Task statement> Among the records below, find the line that has "normal blind 66.04"; from there, give the lines again exactly, and stop after the line that has "(47.625, -5.5584, 44.0267)".

Source material>

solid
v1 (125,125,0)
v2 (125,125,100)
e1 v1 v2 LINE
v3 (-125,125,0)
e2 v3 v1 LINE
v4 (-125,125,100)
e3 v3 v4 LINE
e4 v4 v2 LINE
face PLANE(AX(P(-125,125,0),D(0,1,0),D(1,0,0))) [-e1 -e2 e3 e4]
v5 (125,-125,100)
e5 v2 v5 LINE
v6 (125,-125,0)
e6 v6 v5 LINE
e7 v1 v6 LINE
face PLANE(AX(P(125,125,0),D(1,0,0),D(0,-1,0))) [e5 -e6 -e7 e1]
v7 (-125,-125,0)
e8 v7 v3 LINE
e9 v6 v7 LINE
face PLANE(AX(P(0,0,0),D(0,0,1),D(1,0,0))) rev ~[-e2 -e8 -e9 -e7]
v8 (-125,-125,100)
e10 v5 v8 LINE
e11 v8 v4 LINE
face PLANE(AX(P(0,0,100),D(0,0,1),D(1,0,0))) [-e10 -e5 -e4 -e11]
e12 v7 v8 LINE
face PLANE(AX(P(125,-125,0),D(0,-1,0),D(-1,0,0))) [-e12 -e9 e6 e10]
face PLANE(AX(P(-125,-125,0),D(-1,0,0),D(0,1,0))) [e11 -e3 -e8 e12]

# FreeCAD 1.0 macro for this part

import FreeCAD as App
import Part
import Sketcher
from FreeCAD import Vector
Q = App.Units.Quantity

doc = App.newDocument("Part")
body = doc.addObject("PartDesign::Body", "Body")

# Sketch on XY plane
sketch1 = body.newObject("Sketcher::SketchObject", "Sketch")
sketch1.AttachmentSupport = (doc.getObject("XY_Plane"), [""])
sketch1.MapMode = "FlatFace"
sketch1.addGeometry(Part.LineSegment(Vector(-125, -125, 0), Vector(125, -125, 0)), False)
sketch1.addGeometry(Part.LineSegment(Vector(125, -125, 0), Vector(125, 125, 0)), False)
sketch1.addGeometry(Part.LineSegment(Vector(125, 125, 0), Vector(-125, 125, 0)), False)
sketch1.addGeometry(Part.LineSegment(Vector(-125, 125, 0), Vector(-125, -125, 0)), False)
sketch1.addConstraint(Sketcher.Constraint("Coincident", 0, 2, 1, 1))
sketch1.addConstraint(Sketcher.Constraint("Coincident", 1, 2, 2, 1))
sketch1.addConstraint(Sketcher.Constraint("Coincident", 2, 2, 3, 1))
sketch1.addConstraint(Sketcher.Constraint("Coincident", 3, 2, 0, 1))
sketch1.addConstraint(Sketcher.Constraint("Horizontal", 0))
sketch1.addConstraint(Sketcher.Constraint("Vertical", 1))
sketch1.addConstraint(Sketcher.Constraint("Horizontal", 2))
sketch1.addConstraint(Sketcher.Constraint("Vertical", 3))
sketch1.addConstraint(Sketcher.Constraint("Symmetric", 0, 2, 2, 2, -1, 1))
sketch1.addConstraint(Sketcher.Constraint("Equal", 2, 1))
sketch1.addConstraint(Sketcher.Constraint("DistanceX", 0, 1, 0, 2, Q("250 mm")))
pad1 = body.newObject("PartDesign::Pad", "Pad")
pad1.Profile = sketch1
pad1.Length = 100

doc.recompute()
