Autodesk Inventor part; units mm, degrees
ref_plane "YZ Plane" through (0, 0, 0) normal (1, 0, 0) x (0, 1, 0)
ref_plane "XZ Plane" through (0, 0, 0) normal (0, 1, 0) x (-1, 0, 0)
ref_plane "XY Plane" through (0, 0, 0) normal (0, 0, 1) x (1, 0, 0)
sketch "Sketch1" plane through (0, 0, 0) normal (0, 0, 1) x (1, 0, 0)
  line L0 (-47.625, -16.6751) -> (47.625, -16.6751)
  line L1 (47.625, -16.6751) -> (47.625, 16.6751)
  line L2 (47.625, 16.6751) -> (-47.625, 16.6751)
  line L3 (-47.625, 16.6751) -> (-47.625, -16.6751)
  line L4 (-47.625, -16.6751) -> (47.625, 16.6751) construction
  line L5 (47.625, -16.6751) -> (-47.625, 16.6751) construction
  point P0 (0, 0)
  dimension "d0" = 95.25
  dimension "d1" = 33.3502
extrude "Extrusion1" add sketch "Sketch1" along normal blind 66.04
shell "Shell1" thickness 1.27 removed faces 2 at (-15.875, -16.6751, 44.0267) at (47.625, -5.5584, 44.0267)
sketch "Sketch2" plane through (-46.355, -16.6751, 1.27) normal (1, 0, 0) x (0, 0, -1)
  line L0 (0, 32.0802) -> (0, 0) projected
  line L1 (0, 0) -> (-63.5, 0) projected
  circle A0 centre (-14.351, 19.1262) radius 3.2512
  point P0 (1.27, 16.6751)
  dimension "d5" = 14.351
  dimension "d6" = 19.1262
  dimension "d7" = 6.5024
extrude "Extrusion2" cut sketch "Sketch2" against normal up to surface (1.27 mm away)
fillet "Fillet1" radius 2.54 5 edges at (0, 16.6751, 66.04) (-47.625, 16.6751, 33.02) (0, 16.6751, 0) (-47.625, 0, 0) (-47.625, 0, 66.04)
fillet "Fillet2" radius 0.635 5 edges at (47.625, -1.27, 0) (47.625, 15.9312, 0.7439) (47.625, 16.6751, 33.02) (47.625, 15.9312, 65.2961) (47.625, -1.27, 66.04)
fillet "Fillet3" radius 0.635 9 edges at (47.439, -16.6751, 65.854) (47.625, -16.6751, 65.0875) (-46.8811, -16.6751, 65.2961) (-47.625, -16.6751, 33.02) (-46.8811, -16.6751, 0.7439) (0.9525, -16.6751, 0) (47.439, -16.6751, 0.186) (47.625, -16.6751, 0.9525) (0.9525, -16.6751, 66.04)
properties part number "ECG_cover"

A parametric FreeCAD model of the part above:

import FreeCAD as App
import Part
import Sketcher
Q = App.Units.Quantity


def edges_at(feature, points):
    """Names of the edges that pass closest to the given points."""
    edges = feature.Shape.Edges
    near = lambda p: min(range(len(edges)), key=lambda i: edges[i].distToShape(Part.Vertex(*p))[0])
    return sorted({f"Edge{near(p) + 1}" for p in points})


def faces_at(feature, points):
    """Names of the faces that lie closest to the given points."""
    faces = feature.Shape.Faces
    near = lambda p: min(range(len(faces)), key=lambda i: faces[i].distToShape(Part.Vertex(*p))[0])
    return sorted({f"Face{near(p) + 1}" for p in points})

doc = App.newDocument("Part")
params = doc.addObject("Spreadsheet::Sheet", "Params")
for row, (alias, value) in enumerate([
    ("sketch1_width", "3.75 in"),
    ("sketch1_height", "1.313 in"),
    ("pad1_length", "2.6 in"),
    ("thickness_wall", "0.05 in"),
    ("sketch2_diameter", "0.256 in"),
    ("pocket1_length", "0.05 in"),
    ("fillet_radius", "0.1 in"),
    ("fillet2_radius", "0.025 in"),
    ("fillet3_radius", "0.025 in"),
], start=1):
    params.set(f"A{row}", alias)
    params.set(f"B{row}", "=" + value)
    params.setAlias(f"B{row}", alias)

body = doc.addObject("PartDesign::Body", "Body")

sketch1 = body.newObject("Sketcher::SketchObject", "Sketch")
sketch1.AttachmentSupport = (doc.getObject("XY_Plane"), [""])
sketch1.MapMode = "FlatFace"
sketch1.addGeometry([
    Part.LineSegment(App.Vector(-48, 17, 0), App.Vector(-48, -17, 0)),
    Part.LineSegment(App.Vector(-48, -17, 0), App.Vector(48, -17, 0)),
    Part.LineSegment(App.Vector(48, -17, 0), App.Vector(48, 17, 0)),
    Part.LineSegment(App.Vector(48, 17, 0), App.Vector(-48, 17, 0)),
], False)
sketch1.addConstraint([
    Sketcher.Constraint("Coincident", 0, 2, 1, 1),
    Sketcher.Constraint("Coincident", 1, 2, 2, 1),
    Sketcher.Constraint("Coincident", 2, 2, 3, 1),
    Sketcher.Constraint("Coincident", 3, 2, 0, 1),
    Sketcher.Constraint("Vertical", 0),
    Sketcher.Constraint("Horizontal", 1),
    Sketcher.Constraint("Vertical", 2),
    Sketcher.Constraint("Horizontal", 3),
    Sketcher.Constraint("Symmetric", 0, 2, 2, 2, -1, 1),
    Sketcher.Constraint("DistanceX", 1, 1, 1, 2, Q("3.75 in")),
    Sketcher.Constraint("DistanceY", 0, 2, 0, 1, Q("1.313 in")),
])
sketch1.setExpression("Constraints[9]", "Params.sketch1_width")
sketch1.setExpression("Constraints[10]", "Params.sketch1_height")
pad1 = body.newObject("PartDesign::Pad", "Pad")
pad1.Profile = sketch1
pad1.setExpression("Length", "Params.pad1_length")
doc.recompute()

thickness = body.newObject("PartDesign::Thickness", "Thickness")
thickness.Base = (pad1, faces_at(pad1, [(-15.875, -16.675, 44.027), (47.625, -5.558, 44.027)]))
thickness.setExpression("Value", "Params.thickness_wall")
thickness.Reversed = True
thickness.Join = "Intersection"

sketch2 = body.newObject("Sketcher::SketchObject", "Sketch001")
sketch2.AttachmentSupport = (doc.getObject("YZ_Plane"), [""])
sketch2.MapMode = "FlatFace"
sketch2.AttachmentOffset = App.Placement(App.Vector(0, 0, -1.825 * 25.4), App.Rotation())
sketch2.addGeometry(Part.Circle(App.Vector(2.5, 15.6, 0), App.Vector(0, 0, 1), 3.3), False)
sketch2.addConstraint([
    Sketcher.Constraint("Diameter", 0, Q("0.256 in")),
    Sketcher.Constraint("DistanceY", -1, 1, 0, 3, Q("0.615 in")),
    Sketcher.Constraint("DistanceX", -1, 1, 0, 3, Q("0.0965 in")),
])
sketch2.setExpression("Constraints[0]", "Params.sketch2_diameter")
pocket1 = body.newObject("PartDesign::Pocket", "Pocket")
pocket1.Profile = sketch2
pocket1.setExpression("Length", "Params.pocket1_length")
doc.recompute()

fillet = body.newObject("PartDesign::Fillet", "Fillet")
fillet.Base = (pocket1, edges_at(pocket1, [
    (0, 16.675, 66.04),
    (-47.625, 16.675, 33.02),
    (0, 16.675, 0),
    (-47.625, 0, 0),
    (-47.625, 0, 66.04),
]))
fillet.setExpression("Radius", "Params.fillet_radius")
doc.recompute()

fillet2 = body.newObject("PartDesign::Fillet", "Fillet001")
fillet2.Base = (fillet, edges_at(fillet, [
    (47.625, -1.27, 0),
    (47.625, 15.931, 0.744),
    (47.625, 16.675, 33.02),
    (47.625, 15.931, 65.296),
    (47.625, -1.27, 66.04),
]))
fillet2.setExpression("Radius", "Params.fillet2_radius")
doc.recompute()

fillet3 = body.newObject("PartDesign::Fillet", "Fillet002")
fillet3.Base = (fillet2, edges_at(fillet2, [
    (47.439, -16.675, 65.854),
    (47.625, -16.675, 65.088),
    (-46.881, -16.675, 65.296),
    (-47.625, -16.675, 33.02),
    (-46.881, -16.675, 0.744),
    (0.953, -16.675, 0),
    (47.439, -16.675, 0.186),
    (47.625, -16.675, 0.953),
    (0.953, -16.675, 66.04),
]))
fillet3.setExpression("Radius", "Params.fillet3_radius")

doc.recompute()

Answer to this problem>
extrude "Extrusion1" add sketch "Sketch1" along normal blind 66.04
shell "Shell1" thickness 1.27 removed faces 2 at (-15.875, -16.6751, 44.0267) at (47.625, -5.5584, 44.0267)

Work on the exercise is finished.